What needs to be done: Those lines of the material below that fall between its first line and the line with "# Çizim1 → Yükseklik-Ekstrüzyon2", both included, are to be repeated exactly.

::::::

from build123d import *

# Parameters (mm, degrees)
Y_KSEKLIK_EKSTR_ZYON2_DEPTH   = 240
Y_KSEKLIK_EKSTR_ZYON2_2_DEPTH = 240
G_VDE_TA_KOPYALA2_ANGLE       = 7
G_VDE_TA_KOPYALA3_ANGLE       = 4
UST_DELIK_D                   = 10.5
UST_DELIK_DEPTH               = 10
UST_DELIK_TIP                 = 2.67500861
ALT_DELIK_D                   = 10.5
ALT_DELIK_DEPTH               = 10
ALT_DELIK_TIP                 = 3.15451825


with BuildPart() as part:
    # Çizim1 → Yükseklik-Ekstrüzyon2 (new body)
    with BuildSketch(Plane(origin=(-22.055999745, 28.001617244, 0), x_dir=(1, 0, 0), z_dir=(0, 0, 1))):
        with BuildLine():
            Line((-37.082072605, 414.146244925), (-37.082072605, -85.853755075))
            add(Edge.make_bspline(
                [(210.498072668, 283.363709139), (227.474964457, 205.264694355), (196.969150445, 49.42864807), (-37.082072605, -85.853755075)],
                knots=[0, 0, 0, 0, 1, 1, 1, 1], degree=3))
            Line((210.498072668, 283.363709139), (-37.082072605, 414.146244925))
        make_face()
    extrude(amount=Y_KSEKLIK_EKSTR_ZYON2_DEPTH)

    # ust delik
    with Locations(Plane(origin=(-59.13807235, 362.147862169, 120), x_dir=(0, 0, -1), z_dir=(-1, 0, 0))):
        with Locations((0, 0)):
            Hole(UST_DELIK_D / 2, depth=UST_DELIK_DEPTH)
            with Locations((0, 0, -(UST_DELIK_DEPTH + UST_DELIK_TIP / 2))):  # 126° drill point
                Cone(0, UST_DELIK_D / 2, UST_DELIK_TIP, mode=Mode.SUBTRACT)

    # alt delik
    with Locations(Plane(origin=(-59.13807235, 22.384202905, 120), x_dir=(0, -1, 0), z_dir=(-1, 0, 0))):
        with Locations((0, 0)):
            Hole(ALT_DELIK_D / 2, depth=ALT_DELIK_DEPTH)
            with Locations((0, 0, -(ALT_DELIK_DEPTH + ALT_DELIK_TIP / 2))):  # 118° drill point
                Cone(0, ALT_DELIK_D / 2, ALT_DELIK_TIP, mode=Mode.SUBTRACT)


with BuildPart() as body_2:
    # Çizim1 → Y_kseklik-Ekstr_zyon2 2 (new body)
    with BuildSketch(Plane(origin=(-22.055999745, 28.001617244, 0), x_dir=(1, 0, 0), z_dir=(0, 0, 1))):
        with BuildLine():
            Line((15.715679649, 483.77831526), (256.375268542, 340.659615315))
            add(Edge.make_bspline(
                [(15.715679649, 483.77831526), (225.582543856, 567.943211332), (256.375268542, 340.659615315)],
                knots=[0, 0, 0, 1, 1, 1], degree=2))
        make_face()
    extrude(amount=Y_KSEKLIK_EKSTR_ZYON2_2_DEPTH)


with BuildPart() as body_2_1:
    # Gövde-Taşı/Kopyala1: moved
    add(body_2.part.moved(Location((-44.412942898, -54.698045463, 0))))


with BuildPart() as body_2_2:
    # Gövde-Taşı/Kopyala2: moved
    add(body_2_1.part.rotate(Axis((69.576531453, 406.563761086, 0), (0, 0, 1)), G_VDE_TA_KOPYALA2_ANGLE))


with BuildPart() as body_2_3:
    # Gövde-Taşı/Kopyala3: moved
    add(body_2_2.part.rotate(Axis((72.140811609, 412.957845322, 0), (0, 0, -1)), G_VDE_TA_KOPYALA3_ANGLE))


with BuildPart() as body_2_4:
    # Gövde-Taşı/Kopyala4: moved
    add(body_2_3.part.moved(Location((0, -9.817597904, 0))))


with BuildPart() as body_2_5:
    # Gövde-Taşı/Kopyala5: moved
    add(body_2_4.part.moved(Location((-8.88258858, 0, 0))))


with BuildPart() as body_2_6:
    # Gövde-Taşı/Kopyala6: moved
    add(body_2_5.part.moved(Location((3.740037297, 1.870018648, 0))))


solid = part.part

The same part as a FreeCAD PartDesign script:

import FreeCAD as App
import Part
import Sketcher
Q = App.Units.Quantity

doc = App.newDocument("Part")
body = doc.addObject("PartDesign::Body", "Body")

# Sketch on XY plane
sketch1 = body.newObject("Sketcher::SketchObject", "Sketch")
sketch1.AttachmentSupport = (doc.getObject("XY_Plane"), [""])
sketch1.MapMode = "FlatFace"
sketch1.addGeometry(Part.LineSegment(App.Vector(-59.138072, 442.147862, 0), App.Vector(-59.138072, -57.852138, 0)), False)
sketch1.addGeometry(Part.BSplineCurve([App.Vector(188.442073, 311.365326, 0), App.Vector(205.418965, 233.266312, 0), App.Vector(174.913151, 77.430265, 0), App.Vector(-59.138072, -57.852138, 0)], [4, 4], [0, 1], False, 3, [1, 1, 1, 1], False), False)
sketch1.addGeometry(Part.LineSegment(App.Vector(188.442073, 311.365326, 0), App.Vector(-59.138072, 442.147862, 0)), False)
sketch1.addConstraint(Sketcher.Constraint("Block", 1))
sketch1.addConstraint(Sketcher.Constraint("Coincident", 0, 2, 1, 2))
sketch1.addConstraint(Sketcher.Constraint("Coincident", 1, 1, 2, 1))
sketch1.addConstraint(Sketcher.Constraint("Coincident", 2, 2, 0, 1))
sketch1.addConstraint(Sketcher.Constraint("Vertical", 0))
sketch1.addConstraint(Sketcher.Constraint("DistanceY", 0, 2, 0, 1, Q("500 mm")))
pad1 = body.newObject("PartDesign::Pad", "Pad")
pad1.Profile = sketch1
pad1.Length = 240

# Sketch on YZ plane
sketch2 = body.newObject("Sketcher::SketchObject", "Sketch001")
sketch2.AttachmentSupport = (doc.getObject("YZ_Plane"), [""])
sketch2.MapMode = "FlatFace"
sketch2.AttachmentOffset = App.Placement(App.Vector(0, 0, -59.138072), App.Rotation())
sketch2.addGeometry(Part.Circle(App.Vector(362, 120, 0), App.Vector(0, 0, 1), 5), False)
sketch2.addConstraint(Sketcher.Constraint("Diameter", 0, Q("10.5 mm")))
sketch2.addConstraint(Sketcher.Constraint("DistanceY", -1, 1, 0, 3, Q("120 mm")))
sketch2.addConstraint(Sketcher.Constraint("DistanceX", -1, 1, 0, 3, Q("362.147862 mm")))
doc.recompute()
hole = body.newObject("PartDesign::Hole", "Hole")
hole.Profile = sketch2
hole.ThreadType = "None"
hole.Diameter = 10.5
hole.DepthType = "Dimension"
hole.Depth = 10
hole.DrillPoint = "Angled"
hole.DrillPointAngle = 126
hole.Reversed = True

# Sketch on YZ plane
sketch3 = body.newObject("Sketcher::SketchObject", "Sketch002")
sketch3.AttachmentSupport = (doc.getObject("YZ_Plane"), [""])
sketch3.MapMode = "FlatFace"
sketch3.AttachmentOffset = App.Placement(App.Vector(0, 0, -59.138072), App.Rotation())
sketch3.addGeometry(Part.Circle(App.Vector(22, 120, 0), App.Vector(0, 0, 1), 5), False)
sketch3.addConstraint(Sketcher.Constraint("Diameter", 0, Q("10.5 mm")))
sketch3.addConstraint(Sketcher.Constraint("DistanceY", -1, 1, 0, 3, Q("120 mm")))
sketch3.addConstraint(Sketcher.Constraint("DistanceX", -1, 1, 0, 3, Q("22.384203 mm")))
doc.recompute()
hole2 = body.newObject("PartDesign::Hole", "Hole001")
hole2.Profile = sketch3
hole2.ThreadType = "None"
hole2.Diameter = 10.5
hole2.DepthType = "Dimension"
hole2.Depth = 10
hole2.DrillPoint = "Angled"
hole2.DrillPointAngle = 118
hole2.Reversed = True
body2 = doc.addObject("PartDesign::Body", "Body001")

# Sketch on XY plane
sketch4 = body2.newObject("Sketcher::SketchObject", "Sketch003")
sketch4.AttachmentSupport = (doc.getObject("XY_Plane001"), [""])
sketch4.MapMode = "FlatFace"
sketch4.addGeometry(Part.LineSegment(App.Vector(-6.34032, 511.779933, 0), App.Vector(234.319269, 368.661233, 0)), False)
sketch4.addGeometry(Part.BSplineCurve([App.Vector(-6.34032, 511.779933, 0), App.Vector(203.526544, 595.944829, 0), App.Vector(234.319269, 368.661233, 0)], [3, 3], [0, 1], False, 2, [1, 1, 1], False), False)
sketch4.addConstraint(Sketcher.Constraint("Block", 1))
sketch4.addConstraint(Sketcher.Constraint("Coincident", 0, 1, 1, 1))
sketch4.addConstraint(Sketcher.Constraint("Coincident", 1, 2, 0, 2))
pad2 = body2.newObject("PartDesign::Pad", "Pad001")
pad2.Profile = sketch4
pad2.Length = 240
body3 = doc.addObject("PartDesign::Body", "Body002")
doc.recompute()

body2.Placement = App.Placement(App.Vector(-44.412943, -54.698045, 0), App.Rotation(App.Vector(0, 0, 1), 0))
boolean = body3.newObject("PartDesign::Boolean", "Boolean")
boolean.Type = "Fuse"
boolean.addObjects([body2])
body4 = doc.addObject("PartDesign::Body", "Body003")
doc.recompute()

body3.Placement = App.Placement(App.Vector(50.066272, -5.448782, 0), App.Rotation(App.Vector(0, 0, 1), 7))
boolean2 = body4.newObject("PartDesign::Boolean", "Boolean001")
boolean2.Type = "Fuse"
boolean2.addObjects([body3])
body5 = doc.addObject("PartDesign::Body", "Body004")
doc.recompute()

body4.Placement = App.Placement(App.Vector(-28.630752, 6.038233, 0), App.Rotation(App.Vector(0, 0, -1), 4))
boolean3 = body5.newObject("PartDesign::Boolean", "Boolean002")
boolean3.Type = "Fuse"
boolean3.addObjects([body4])
body6 = doc.addObject("PartDesign::Body", "Body005")
doc.recompute()

body5.Placement = App.Placement(App.Vector(0, -9.817598, 0), App.Rotation(App.Vector(0, 0, 1), 0))
boolean4 = body6.newObject("PartDesign::Boolean", "Boolean003")
boolean4.Type = "Fuse"
boolean4.addObjects([body5])
body7 = doc.addObject("PartDesign::Body", "Body006")
doc.recompute()

body6.Placement = App.Placement(App.Vector(-8.882589, 0, 0), App.Rotation(App.Vector(0, 0, 1), 0))
boolean5 = body7.newObject("PartDesign::Boolean", "Boolean004")
boolean5.Type = "Fuse"
boolean5.addObjects([body6])
body8 = doc.addObject("PartDesign::Body", "Body007")
doc.recompute()

body7.Placement = App.Placement(App.Vector(3.740037, 1.870019, 0), App.Rotation(App.Vector(0, 0, 1), 0))
boolean6 = body8.newObject("PartDesign::Boolean", "Boolean005")
boolean6.Type = "Fuse"
boolean6.addObjects([body7])
body8.Visibility = False

doc.recompute()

::::::

Result for this task:
from build123d import *

# Parameters (mm, degrees)
Y_KSEKLIK_EKSTR_ZYON2_DEPTH   = 240
Y_KSEKLIK_EKSTR_ZYON2_2_DEPTH = 240
G_VDE_TA_KOPYALA2_ANGLE       = 7
G_VDE_TA_KOPYALA3_ANGLE       = 4
UST_DELIK_D                   = 10.5
UST_DELIK_DEPTH               = 10
UST_DELIK_TIP                 = 2.67500861
ALT_DELIK_D                   = 10.5
ALT_DELIK_DEPTH               = 10
ALT_DELIK_TIP                 = 3.15451825


with BuildPart() as part:
    # Çizim1 → Yükseklik-Ekstrüzyon2 (new body)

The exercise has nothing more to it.